(Input records)
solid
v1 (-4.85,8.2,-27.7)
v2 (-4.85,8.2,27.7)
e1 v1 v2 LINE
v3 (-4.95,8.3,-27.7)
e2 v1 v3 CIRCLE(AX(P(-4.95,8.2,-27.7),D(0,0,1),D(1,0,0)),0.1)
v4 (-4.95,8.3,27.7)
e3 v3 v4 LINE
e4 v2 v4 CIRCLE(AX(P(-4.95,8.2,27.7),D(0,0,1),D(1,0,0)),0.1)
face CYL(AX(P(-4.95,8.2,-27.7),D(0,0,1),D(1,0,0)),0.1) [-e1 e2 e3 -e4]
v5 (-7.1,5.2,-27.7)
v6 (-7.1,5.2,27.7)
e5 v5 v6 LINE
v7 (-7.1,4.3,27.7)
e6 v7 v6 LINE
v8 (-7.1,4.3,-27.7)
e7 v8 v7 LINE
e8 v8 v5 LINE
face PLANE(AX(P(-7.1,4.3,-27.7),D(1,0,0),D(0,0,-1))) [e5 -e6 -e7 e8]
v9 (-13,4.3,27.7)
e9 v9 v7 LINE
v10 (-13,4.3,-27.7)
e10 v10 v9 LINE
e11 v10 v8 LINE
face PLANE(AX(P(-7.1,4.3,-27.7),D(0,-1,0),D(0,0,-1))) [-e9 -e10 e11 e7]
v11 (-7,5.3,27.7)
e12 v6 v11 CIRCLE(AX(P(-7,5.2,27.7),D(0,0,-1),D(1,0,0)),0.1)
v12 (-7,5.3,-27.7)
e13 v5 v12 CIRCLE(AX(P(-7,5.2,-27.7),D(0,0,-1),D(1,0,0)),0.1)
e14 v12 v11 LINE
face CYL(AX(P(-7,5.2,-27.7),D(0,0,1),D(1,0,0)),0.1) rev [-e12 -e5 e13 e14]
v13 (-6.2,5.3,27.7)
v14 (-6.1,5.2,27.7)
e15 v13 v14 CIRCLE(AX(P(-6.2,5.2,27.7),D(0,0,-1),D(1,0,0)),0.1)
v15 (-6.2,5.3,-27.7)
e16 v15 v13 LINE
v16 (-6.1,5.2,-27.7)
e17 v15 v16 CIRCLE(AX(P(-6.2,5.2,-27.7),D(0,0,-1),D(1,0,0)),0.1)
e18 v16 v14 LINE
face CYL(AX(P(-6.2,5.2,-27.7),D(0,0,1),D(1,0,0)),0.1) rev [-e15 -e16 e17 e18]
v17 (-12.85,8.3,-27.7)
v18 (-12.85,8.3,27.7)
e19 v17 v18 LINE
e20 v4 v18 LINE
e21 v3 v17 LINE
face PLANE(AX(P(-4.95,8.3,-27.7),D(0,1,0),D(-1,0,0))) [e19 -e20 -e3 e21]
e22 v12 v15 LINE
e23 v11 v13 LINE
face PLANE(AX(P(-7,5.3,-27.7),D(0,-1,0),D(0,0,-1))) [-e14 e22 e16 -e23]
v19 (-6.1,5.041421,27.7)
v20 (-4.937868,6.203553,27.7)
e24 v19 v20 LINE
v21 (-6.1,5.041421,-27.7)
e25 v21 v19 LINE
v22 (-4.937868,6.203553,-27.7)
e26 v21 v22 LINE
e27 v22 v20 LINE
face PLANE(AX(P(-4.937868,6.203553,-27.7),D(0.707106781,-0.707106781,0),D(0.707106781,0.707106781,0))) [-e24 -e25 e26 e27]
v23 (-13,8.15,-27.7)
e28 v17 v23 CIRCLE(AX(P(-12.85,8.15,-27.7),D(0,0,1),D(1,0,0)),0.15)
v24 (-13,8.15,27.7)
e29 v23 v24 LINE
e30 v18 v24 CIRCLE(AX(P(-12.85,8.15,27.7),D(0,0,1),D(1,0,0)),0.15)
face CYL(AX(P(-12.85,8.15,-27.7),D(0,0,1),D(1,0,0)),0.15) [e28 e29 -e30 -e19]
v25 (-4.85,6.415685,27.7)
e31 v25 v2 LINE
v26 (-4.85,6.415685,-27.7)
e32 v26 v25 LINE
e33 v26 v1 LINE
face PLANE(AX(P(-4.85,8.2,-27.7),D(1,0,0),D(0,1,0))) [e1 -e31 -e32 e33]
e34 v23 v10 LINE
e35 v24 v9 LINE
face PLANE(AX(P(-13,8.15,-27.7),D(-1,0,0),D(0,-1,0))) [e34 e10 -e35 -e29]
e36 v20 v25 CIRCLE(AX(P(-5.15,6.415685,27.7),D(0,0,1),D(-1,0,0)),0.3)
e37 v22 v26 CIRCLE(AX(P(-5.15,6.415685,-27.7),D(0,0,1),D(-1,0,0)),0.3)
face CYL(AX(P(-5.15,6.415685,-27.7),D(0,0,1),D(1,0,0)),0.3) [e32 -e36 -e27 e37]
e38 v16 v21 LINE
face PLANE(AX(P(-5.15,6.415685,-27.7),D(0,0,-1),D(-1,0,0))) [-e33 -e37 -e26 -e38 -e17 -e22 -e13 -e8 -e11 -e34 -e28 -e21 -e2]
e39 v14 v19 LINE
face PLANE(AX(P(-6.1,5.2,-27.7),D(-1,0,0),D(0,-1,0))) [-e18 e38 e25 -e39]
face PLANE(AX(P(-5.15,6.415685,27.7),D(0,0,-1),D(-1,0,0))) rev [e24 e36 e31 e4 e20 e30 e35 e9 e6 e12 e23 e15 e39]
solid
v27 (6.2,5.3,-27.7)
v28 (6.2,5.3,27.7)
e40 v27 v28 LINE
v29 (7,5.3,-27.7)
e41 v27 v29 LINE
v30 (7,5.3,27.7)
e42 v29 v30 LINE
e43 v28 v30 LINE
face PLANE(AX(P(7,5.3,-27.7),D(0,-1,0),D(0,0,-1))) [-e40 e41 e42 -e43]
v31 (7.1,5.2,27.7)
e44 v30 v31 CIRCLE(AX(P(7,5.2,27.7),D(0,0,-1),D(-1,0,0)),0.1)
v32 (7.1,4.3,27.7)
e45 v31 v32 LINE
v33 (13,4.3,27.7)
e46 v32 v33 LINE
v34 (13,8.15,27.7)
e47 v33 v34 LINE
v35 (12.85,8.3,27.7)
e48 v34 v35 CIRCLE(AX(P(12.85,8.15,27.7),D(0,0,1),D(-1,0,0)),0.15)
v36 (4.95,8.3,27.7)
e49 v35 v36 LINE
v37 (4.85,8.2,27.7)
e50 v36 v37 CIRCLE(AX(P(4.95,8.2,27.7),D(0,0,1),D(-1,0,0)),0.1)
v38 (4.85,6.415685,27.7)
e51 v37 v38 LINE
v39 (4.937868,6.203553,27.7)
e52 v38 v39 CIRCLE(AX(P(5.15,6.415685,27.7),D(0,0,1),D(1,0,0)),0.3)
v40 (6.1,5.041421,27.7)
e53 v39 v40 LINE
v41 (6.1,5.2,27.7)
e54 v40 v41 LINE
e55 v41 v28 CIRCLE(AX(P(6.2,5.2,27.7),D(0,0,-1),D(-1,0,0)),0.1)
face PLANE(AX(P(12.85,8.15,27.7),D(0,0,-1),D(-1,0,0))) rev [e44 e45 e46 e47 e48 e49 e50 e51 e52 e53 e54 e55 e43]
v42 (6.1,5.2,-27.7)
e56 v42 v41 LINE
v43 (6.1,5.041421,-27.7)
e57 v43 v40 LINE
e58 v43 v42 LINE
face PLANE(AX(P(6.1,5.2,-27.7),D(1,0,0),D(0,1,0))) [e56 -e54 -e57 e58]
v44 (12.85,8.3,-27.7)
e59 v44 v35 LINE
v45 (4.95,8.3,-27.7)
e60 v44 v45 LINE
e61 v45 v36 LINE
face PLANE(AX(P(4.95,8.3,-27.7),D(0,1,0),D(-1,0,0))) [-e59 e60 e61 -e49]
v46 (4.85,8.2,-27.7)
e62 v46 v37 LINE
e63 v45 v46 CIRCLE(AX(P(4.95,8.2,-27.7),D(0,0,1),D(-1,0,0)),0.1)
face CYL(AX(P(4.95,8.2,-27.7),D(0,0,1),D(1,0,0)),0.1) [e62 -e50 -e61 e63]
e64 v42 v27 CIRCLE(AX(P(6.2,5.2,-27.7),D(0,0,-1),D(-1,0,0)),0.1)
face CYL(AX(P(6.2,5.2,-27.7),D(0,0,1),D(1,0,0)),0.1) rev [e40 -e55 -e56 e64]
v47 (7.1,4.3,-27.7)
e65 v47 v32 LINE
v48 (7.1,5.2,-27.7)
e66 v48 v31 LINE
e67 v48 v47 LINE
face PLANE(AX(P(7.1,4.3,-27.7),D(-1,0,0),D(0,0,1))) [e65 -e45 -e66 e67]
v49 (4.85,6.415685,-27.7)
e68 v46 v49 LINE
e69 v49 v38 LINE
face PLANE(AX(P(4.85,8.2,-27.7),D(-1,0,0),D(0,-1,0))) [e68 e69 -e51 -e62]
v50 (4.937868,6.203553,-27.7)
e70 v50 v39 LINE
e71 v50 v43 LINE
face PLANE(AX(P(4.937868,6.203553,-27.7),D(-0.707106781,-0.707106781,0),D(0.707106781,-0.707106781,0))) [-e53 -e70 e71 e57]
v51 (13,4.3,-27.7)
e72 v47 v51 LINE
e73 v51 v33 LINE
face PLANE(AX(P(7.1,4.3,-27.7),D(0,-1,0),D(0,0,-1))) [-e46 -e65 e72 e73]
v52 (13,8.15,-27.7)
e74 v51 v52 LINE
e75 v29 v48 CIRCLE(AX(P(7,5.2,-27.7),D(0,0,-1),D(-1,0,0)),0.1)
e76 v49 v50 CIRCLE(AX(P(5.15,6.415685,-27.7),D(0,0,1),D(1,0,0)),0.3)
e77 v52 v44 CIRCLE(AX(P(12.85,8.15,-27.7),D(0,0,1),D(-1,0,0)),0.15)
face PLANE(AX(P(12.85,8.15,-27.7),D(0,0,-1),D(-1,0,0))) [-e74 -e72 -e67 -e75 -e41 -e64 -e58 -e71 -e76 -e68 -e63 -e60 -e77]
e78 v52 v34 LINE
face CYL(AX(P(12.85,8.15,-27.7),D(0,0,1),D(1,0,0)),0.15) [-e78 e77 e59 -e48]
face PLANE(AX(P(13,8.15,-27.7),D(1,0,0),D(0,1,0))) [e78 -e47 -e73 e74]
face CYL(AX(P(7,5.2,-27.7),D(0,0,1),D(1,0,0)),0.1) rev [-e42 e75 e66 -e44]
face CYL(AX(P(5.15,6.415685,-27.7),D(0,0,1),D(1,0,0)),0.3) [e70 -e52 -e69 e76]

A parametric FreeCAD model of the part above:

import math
import FreeCAD as App
import Part
import Sketcher
Q = App.Units.Quantity

doc = App.newDocument("Part")
body = doc.addObject("PartDesign::Body", "Body")

sketch1 = body.newObject("Sketcher::SketchObject", "Sketch")
sketch1.AttachmentSupport = (doc.getObject("XY_Plane"), [""])
sketch1.MapMode = "FlatFace"
sketch1.addGeometry(Part.LineSegment(App.Vector(13, 4.3, 0), App.Vector(13, 8.15, 0)), False)
sketch1.addGeometry(Part.ArcOfCircle(Part.Circle(App.Vector(12.85, 8.15, 0), App.Vector(0, 0, 1), 0.15), math.radians(0), math.radians(90)), False)
sketch1.addGeometry(Part.LineSegment(App.Vector(12.85, 8.3, 0), App.Vector(4.95, 8.3, 0)), False)
sketch1.addGeometry(Part.ArcOfCircle(Part.Circle(App.Vector(4.95, 8.2, 0), App.Vector(0, 0, 1), 0.1), math.radians(90), math.radians(180)), False)
sketch1.addGeometry(Part.LineSegment(App.Vector(4.85, 8.2, 0), App.Vector(4.85, 6.42, 0)), False)
sketch1.addGeometry(Part.ArcOfCircle(Part.Circle(App.Vector(5.15, 6.42, 0), App.Vector(0, 0, 1), 0.3), math.radians(180), math.radians(225)), False)
sketch1.addGeometry(Part.LineSegment(App.Vector(4.94, 6.2, 0), App.Vector(6.1, 5.04, 0)), False)
sketch1.addGeometry(Part.LineSegment(App.Vector(6.1, 5.04, 0), App.Vector(6.1, 5.2, 0)), False)
sketch1.addGeometry(Part.ArcOfCircle(Part.Circle(App.Vector(6.2, 5.2, 0), App.Vector(0, 0, 1), 0.1), math.radians(90), math.radians(180)), False)
sketch1.addGeometry(Part.LineSegment(App.Vector(6.2, 5.3, 0), App.Vector(7, 5.3, 0)), False)
sketch1.addGeometry(Part.ArcOfCircle(Part.Circle(App.Vector(7, 5.2, 0), App.Vector(0, 0, 1), 0.1), math.radians(0), math.radians(90)), False)
sketch1.addGeometry(Part.LineSegment(App.Vector(7.1, 5.2, 0), App.Vector(7.1, 4.3, 0)), False)
sketch1.addGeometry(Part.LineSegment(App.Vector(7.1, 4.3, 0), App.Vector(13, 4.3, 0)), False)
sketch1.addConstraint(Sketcher.Constraint("Tangent", 0, 2, 1, 1))
sketch1.addConstraint(Sketcher.Constraint("Tangent", 1, 2, 2, 1))
sketch1.addConstraint(Sketcher.Constraint("Tangent", 2, 2, 3, 1))
sketch1.addConstraint(Sketcher.Constraint("Tangent", 3, 2, 4, 1))
sketch1.addConstraint(Sketcher.Constraint("Tangent", 4, 2, 5, 1))
sketch1.addConstraint(Sketcher.Constraint("Tangent", 5, 2, 6, 1))
sketch1.addConstraint(Sketcher.Constraint("Coincident", 6, 2, 7, 1))
sketch1.addConstraint(Sketcher.Constraint("Tangent", 7, 2, 8, 2))
sketch1.addConstraint(Sketcher.Constraint("Tangent", 8, 1, 9, 1))
sketch1.addConstraint(Sketcher.Constraint("Tangent", 9, 2, 10, 2))
sketch1.addConstraint(Sketcher.Constraint("Tangent", 10, 1, 11, 1))
sketch1.addConstraint(Sketcher.Constraint("Coincident", 11, 2, 12, 1))
sketch1.addConstraint(Sketcher.Constraint("Coincident", 12, 2, 0, 1))
sketch1.addConstraint(Sketcher.Constraint("Vertical", 0))
sketch1.addConstraint(Sketcher.Constraint("Horizontal", 2))
sketch1.addConstraint(Sketcher.Constraint("Vertical", 4))
sketch1.addConstraint(Sketcher.Constraint("Vertical", 7))
sketch1.addConstraint(Sketcher.Constraint("Horizontal", 9))
sketch1.addConstraint(Sketcher.Constraint("Vertical", 11))
sketch1.addConstraint(Sketcher.Constraint("Horizontal", 12))
sketch1.addConstraint(Sketcher.Constraint("Equal", 3, 8))
sketch1.addConstraint(Sketcher.Constraint("Equal", 8, 10))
(End Input records)
■ **Task prompt**
Write out exactly the lines that fall from the line with "e61 v45 v36 LINE" to the line with "A parametric FreeCAD" in the records above, keeping both ends.

■ **Finished task**
e61 v45 v36 LINE
face PLANE(AX(P(4.95,8.3,-27.7),D(0,1,0),D(-1,0,0))) [-e59 e60 e61 -e49]
v46 (4.85,8.2,-27.7)
e62 v46 v37 LINE
e63 v45 v46 CIRCLE(AX(P(4.95,8.2,-27.7),D(0,0,1),D(-1,0,0)),0.1)
face CYL(AX(P(4.95,8.2,-27.7),D(0,0,1),D(1,0,0)),0.1) [e62 -e50 -e61 e63]
e64 v42 v27 CIRCLE(AX(P(6.2,5.2,-27.7),D(0,0,-1),D(-1,0,0)),0.1)
face CYL(AX(P(6.2,5.2,-27.7),D(0,0,1),D(1,0,0)),0.1) rev [e40 -e55 -e56 e64]
v47 (7.1,4.3,-27.7)
e65 v47 v32 LINE
v48 (7.1,5.2,-27.7)
e66 v48 v31 LINE
e67 v48 v47 LINE
face PLANE(AX(P(7.1,4.3,-27.7),D(-1,0,0),D(0,0,1))) [e65 -e45 -e66 e67]
v49 (4.85,6.415685,-27.7)
e68 v46 v49 LINE
e69 v49 v38 LINE
face PLANE(AX(P(4.85,8.2,-27.7),D(-1,0,0),D(0,-1,0))) [e68 e69 -e51 -e62]
v50 (4.937868,6.203553,-27.7)
e70 v50 v39 LINE
e71 v50 v43 LINE
face PLANE(AX(P(4.937868,6.203553,-27.7),D(-0.707106781,-0.707106781,0),D(0.707106781,-0.707106781,0))) [-e53 -e70 e71 e57]
v51 (13,4.3,-27.7)
e72 v47 v51 LINE
e73 v51 v33 LINE
face PLANE(AX(P(7.1,4.3,-27.7),D(0,-1,0),D(0,0,-1))) [-e46 -e65 e72 e73]
v52 (13,8.15,-27.7)
e74 v51 v52 LINE
e75 v29 v48 CIRCLE(AX(P(7,5.2,-27.7),D(0,0,-1),D(-1,0,0)),0.1)
e76 v49 v50 CIRCLE(AX(P(5.15,6.415685,-27.7),D(0,0,1),D(1,0,0)),0.3)
e77 v52 v44 CIRCLE(AX(P(12.85,8.15,-27.7),D(0,0,1),D(-1,0,0)),0.15)
face PLANE(AX(P(12.85,8.15,-27.7),D(0,0,-1),D(-1,0,0))) [-e74 -e72 -e67 -e75 -e41 -e64 -e58 -e71 -e76 -e68 -e63 -e60 -e77]
e78 v52 v34 LINE
face CYL(AX(P(12.85,8.15,-27.7),D(0,0,1),D(1,0,0)),0.15) [-e78 e77 e59 -e48]
face PLANE(AX(P(13,8.15,-27.7),D(1,0,0),D(0,1,0))) [e78 -e47 -e73 e74]
face CYL(AX(P(7,5.2,-27.7),D(0,0,1),D(1,0,0)),0.1) rev [-e42 e75 e66 -e44]
face CYL(AX(P(5.15,6.415685,-27.7),D(0,0,1),D(1,0,0)),0.3) [e70 -e52 -e69 e76]

A parametric FreeCAD model of the part above:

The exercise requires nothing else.